Data excerpts ->
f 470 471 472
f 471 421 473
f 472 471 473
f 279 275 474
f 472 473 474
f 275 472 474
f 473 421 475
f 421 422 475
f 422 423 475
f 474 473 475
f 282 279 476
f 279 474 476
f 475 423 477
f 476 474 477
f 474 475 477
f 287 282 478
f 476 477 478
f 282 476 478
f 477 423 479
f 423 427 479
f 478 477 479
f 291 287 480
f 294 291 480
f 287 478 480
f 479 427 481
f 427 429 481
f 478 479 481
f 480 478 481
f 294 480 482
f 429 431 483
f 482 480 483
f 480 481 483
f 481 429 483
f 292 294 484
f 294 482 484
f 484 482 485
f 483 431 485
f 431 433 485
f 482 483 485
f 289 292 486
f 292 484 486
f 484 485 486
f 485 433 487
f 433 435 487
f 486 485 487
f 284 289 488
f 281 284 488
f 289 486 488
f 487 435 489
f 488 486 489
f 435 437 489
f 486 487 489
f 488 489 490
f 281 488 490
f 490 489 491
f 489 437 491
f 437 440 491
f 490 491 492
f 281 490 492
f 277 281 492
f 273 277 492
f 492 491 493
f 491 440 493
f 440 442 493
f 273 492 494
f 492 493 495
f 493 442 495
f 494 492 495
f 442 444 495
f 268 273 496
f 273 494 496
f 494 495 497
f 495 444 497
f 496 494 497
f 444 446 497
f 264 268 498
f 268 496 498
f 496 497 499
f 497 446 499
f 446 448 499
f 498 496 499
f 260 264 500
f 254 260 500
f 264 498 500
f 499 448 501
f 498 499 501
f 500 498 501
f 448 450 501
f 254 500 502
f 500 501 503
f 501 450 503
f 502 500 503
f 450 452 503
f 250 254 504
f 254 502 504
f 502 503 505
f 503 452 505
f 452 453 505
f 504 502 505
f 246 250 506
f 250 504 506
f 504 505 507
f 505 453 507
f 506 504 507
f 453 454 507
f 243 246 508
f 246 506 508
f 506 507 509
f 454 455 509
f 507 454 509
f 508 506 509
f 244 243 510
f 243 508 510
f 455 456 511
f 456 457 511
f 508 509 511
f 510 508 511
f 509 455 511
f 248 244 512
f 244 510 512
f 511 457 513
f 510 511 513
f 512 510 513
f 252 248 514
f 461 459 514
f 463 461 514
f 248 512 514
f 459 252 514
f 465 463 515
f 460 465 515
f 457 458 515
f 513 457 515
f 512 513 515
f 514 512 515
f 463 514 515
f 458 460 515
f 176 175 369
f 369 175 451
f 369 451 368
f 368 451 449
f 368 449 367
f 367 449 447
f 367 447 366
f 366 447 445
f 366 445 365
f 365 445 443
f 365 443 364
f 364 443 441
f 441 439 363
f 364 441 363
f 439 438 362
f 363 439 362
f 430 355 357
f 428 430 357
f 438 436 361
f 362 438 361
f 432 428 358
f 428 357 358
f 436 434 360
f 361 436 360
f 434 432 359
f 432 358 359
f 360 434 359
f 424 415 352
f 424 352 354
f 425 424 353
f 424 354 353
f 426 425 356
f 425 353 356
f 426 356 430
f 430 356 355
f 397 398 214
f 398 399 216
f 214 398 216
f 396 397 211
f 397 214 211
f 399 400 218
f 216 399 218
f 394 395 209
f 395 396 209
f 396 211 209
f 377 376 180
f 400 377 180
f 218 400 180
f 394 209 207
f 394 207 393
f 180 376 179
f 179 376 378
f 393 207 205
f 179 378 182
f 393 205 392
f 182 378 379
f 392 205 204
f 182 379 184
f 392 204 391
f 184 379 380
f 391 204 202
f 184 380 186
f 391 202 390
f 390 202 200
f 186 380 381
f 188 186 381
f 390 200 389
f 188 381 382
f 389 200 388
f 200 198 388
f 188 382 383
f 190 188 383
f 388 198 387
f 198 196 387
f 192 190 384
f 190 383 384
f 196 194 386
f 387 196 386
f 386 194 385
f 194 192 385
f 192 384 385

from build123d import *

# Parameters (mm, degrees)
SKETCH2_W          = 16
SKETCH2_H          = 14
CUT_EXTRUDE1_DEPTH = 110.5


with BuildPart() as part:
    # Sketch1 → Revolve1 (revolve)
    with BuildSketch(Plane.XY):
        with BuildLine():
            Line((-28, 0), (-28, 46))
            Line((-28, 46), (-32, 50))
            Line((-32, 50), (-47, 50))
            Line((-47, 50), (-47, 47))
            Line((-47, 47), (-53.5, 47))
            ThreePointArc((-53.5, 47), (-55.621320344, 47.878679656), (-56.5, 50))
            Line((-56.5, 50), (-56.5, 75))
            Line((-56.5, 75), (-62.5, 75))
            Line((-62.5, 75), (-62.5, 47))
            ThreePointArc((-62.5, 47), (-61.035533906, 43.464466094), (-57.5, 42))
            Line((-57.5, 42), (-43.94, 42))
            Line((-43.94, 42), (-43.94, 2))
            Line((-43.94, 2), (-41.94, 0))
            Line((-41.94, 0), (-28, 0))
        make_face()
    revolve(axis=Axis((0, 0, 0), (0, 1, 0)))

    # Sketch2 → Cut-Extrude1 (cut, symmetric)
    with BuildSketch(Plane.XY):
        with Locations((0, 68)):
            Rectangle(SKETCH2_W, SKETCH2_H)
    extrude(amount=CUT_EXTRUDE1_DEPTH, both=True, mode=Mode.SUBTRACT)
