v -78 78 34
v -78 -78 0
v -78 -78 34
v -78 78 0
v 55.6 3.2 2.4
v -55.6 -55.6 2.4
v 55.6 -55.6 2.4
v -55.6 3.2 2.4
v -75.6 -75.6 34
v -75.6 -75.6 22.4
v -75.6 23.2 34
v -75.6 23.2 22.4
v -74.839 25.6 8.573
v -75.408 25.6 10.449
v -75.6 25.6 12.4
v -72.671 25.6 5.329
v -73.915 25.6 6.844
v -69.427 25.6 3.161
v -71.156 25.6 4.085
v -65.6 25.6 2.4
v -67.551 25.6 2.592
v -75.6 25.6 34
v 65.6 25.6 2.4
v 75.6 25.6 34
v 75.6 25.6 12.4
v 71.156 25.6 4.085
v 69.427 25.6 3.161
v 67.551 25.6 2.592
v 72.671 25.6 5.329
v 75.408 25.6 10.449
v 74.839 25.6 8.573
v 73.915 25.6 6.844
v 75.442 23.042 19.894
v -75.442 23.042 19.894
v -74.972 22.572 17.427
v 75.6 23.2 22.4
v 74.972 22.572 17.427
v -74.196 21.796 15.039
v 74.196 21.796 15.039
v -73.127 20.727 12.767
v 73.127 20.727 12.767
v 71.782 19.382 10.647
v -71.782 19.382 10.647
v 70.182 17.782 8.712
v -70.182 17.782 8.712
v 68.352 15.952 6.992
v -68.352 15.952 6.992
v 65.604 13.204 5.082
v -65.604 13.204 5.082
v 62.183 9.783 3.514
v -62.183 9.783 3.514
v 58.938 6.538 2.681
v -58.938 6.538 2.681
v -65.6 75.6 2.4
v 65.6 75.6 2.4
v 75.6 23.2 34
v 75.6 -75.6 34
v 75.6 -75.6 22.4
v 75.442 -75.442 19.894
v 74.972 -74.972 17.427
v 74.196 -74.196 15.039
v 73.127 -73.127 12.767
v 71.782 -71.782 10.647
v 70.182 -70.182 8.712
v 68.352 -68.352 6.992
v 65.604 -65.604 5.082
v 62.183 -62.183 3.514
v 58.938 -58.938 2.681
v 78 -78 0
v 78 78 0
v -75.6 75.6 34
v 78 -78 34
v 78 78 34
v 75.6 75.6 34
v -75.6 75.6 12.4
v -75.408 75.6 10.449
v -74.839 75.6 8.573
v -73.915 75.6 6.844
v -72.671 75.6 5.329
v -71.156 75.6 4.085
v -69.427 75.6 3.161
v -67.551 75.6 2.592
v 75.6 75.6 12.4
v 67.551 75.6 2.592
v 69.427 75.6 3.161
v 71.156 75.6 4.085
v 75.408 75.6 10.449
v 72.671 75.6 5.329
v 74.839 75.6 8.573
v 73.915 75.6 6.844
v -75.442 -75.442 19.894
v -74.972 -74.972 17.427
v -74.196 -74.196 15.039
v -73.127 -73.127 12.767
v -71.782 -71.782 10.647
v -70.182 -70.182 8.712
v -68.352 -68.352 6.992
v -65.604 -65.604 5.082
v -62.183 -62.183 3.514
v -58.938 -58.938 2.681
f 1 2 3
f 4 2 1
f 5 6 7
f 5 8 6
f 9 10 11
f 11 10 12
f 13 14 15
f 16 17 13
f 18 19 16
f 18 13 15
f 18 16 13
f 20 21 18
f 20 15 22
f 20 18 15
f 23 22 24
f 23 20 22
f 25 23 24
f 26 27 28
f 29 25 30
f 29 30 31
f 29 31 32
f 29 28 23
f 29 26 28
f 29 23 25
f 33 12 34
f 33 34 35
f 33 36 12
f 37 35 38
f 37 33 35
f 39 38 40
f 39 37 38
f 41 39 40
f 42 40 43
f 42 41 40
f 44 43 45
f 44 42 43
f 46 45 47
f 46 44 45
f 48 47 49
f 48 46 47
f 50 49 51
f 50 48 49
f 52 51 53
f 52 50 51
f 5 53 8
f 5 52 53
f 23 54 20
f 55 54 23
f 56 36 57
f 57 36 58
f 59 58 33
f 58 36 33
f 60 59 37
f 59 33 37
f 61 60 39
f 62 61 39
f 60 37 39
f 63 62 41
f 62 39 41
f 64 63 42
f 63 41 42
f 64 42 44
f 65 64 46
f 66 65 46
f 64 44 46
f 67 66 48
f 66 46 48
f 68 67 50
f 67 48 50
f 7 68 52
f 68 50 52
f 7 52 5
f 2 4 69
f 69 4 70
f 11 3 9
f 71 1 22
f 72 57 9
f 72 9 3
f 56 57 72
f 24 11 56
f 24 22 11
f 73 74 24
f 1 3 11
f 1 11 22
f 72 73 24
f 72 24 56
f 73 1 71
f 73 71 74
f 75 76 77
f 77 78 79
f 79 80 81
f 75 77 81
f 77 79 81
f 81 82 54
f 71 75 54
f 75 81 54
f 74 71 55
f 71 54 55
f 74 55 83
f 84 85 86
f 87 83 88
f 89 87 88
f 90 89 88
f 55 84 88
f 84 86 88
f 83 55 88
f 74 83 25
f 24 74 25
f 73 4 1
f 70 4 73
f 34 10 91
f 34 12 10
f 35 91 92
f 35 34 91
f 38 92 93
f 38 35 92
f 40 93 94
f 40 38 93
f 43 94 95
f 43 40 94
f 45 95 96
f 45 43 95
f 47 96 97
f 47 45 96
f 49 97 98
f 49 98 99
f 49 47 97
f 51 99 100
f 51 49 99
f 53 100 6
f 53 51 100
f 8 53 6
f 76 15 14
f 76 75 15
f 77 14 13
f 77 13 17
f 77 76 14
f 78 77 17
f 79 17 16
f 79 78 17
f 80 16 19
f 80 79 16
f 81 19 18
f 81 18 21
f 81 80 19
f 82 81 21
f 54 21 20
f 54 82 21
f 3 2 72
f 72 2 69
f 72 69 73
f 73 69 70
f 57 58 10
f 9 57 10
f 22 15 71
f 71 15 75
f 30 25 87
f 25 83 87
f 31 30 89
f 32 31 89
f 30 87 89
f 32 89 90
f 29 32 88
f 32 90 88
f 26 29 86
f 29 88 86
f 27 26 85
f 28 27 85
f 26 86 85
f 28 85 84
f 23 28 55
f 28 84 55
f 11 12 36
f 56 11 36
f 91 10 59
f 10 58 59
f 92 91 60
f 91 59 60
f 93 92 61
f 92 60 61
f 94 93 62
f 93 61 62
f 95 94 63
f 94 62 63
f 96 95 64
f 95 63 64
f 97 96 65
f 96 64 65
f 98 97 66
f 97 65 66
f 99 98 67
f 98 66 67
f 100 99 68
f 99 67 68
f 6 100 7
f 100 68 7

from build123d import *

# Parameters (mm, degrees)
F0_W     = 151.2
F0_H     = 50
F1_DEPTH = 2.4
F0_H_2   = 98.8
F0_W_2   = 156
F0_H_3   = 156
F0_H_4   = 2.4
F2_DEPTH = 34
F3_R     = 20
F4_R     = 10


with BuildPart() as f1:
    # F0 (on Top) → F1 (new body)
    with BuildSketch(Plane.XY):
        with Locations((0, 50.6)):
            Rectangle(F0_W, F0_H)
    extrude(amount=F1_DEPTH)



with BuildPart() as f1b:
    # F0 (on Top) → F1, piece 2 (new body)
    with BuildSketch(Plane.XY):
        with Locations((0, -26.2)):
            Rectangle(F0_W, F0_H_2)
    extrude(amount=F1_DEPTH)


with BuildPart() as f1_1:
    add(f1.part)

    add(f1b.part)  # F2 merges F1b
    # F0 (on Top) → F2 (join)
    with BuildSketch(Plane.XY):
        Rectangle(F0_W_2, F0_H_3)
        Polygon((-75.6, 25.6), (-75.6, 75.6), (75.6, 75.6), (75.6, 25.6), (75.6, 23.2), (75.6, -75.6), (-75.6, -75.6), (-75.6, 23.2), align=None, mode=Mode.SUBTRACT)
        with Locations((0, 24.4)):
            Rectangle(F0_W, F0_H_4)
    extrude(amount=F2_DEPTH)

    # F3
    f3_edges = [f1_1.edges().sort_by_distance(p)[0] for p in [
        (0, -75.6, 2.4),
        (75.6, -26.2, 2.4),
        (0, 23.2, 2.4),
        (-75.6, -26.2, 2.4),
    ]]
    fillet(f3_edges, radius=F3_R)

    # F4
    f4_edges = [f1_1.edges().sort_by_distance(p)[0] for p in [
        (75.6, 50.6, 2.4),
        (-75.6, 50.6, 2.4),
    ]]
    fillet(f4_edges, radius=F4_R)


solid = f1_1.part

WHAT THE TASK REQUIRES ->
Repeat, exactly as they stand above, the lines from the line with "f 396 211 209" to the line with "Line((-47, 50), (-47, 47))", both lines included.

EXPECTED ANSWER ->
f 396 211 209
f 377 376 180
f 400 377 180
f 218 400 180
f 394 209 207
f 394 207 393
f 180 376 179
f 179 376 378
f 393 207 205
f 179 378 182
f 393 205 392
f 182 378 379
f 392 205 204
f 182 379 184
f 392 204 391
f 184 379 380
f 391 204 202
f 184 380 186
f 391 202 390
f 390 202 200
f 186 380 381
f 188 186 381
f 390 200 389
f 188 381 382
f 389 200 388
f 200 198 388
f 188 382 383
f 190 188 383
f 388 198 387
f 198 196 387
f 192 190 384
f 190 383 384
f 196 194 386
f 387 196 386
f 386 194 385
f 194 192 385
f 192 384 385

from build123d import *

# Parameters (mm, degrees)
SKETCH2_W          = 16
SKETCH2_H          = 14
CUT_EXTRUDE1_DEPTH = 110.5


with BuildPart() as part:
    # Sketch1 → Revolve1 (revolve)
    with BuildSketch(Plane.XY):
        with BuildLine():
            Line((-28, 0), (-28, 46))
            Line((-28, 46), (-32, 50))
            Line((-32, 50), (-47, 50))
            Line((-47, 50), (-47, 47))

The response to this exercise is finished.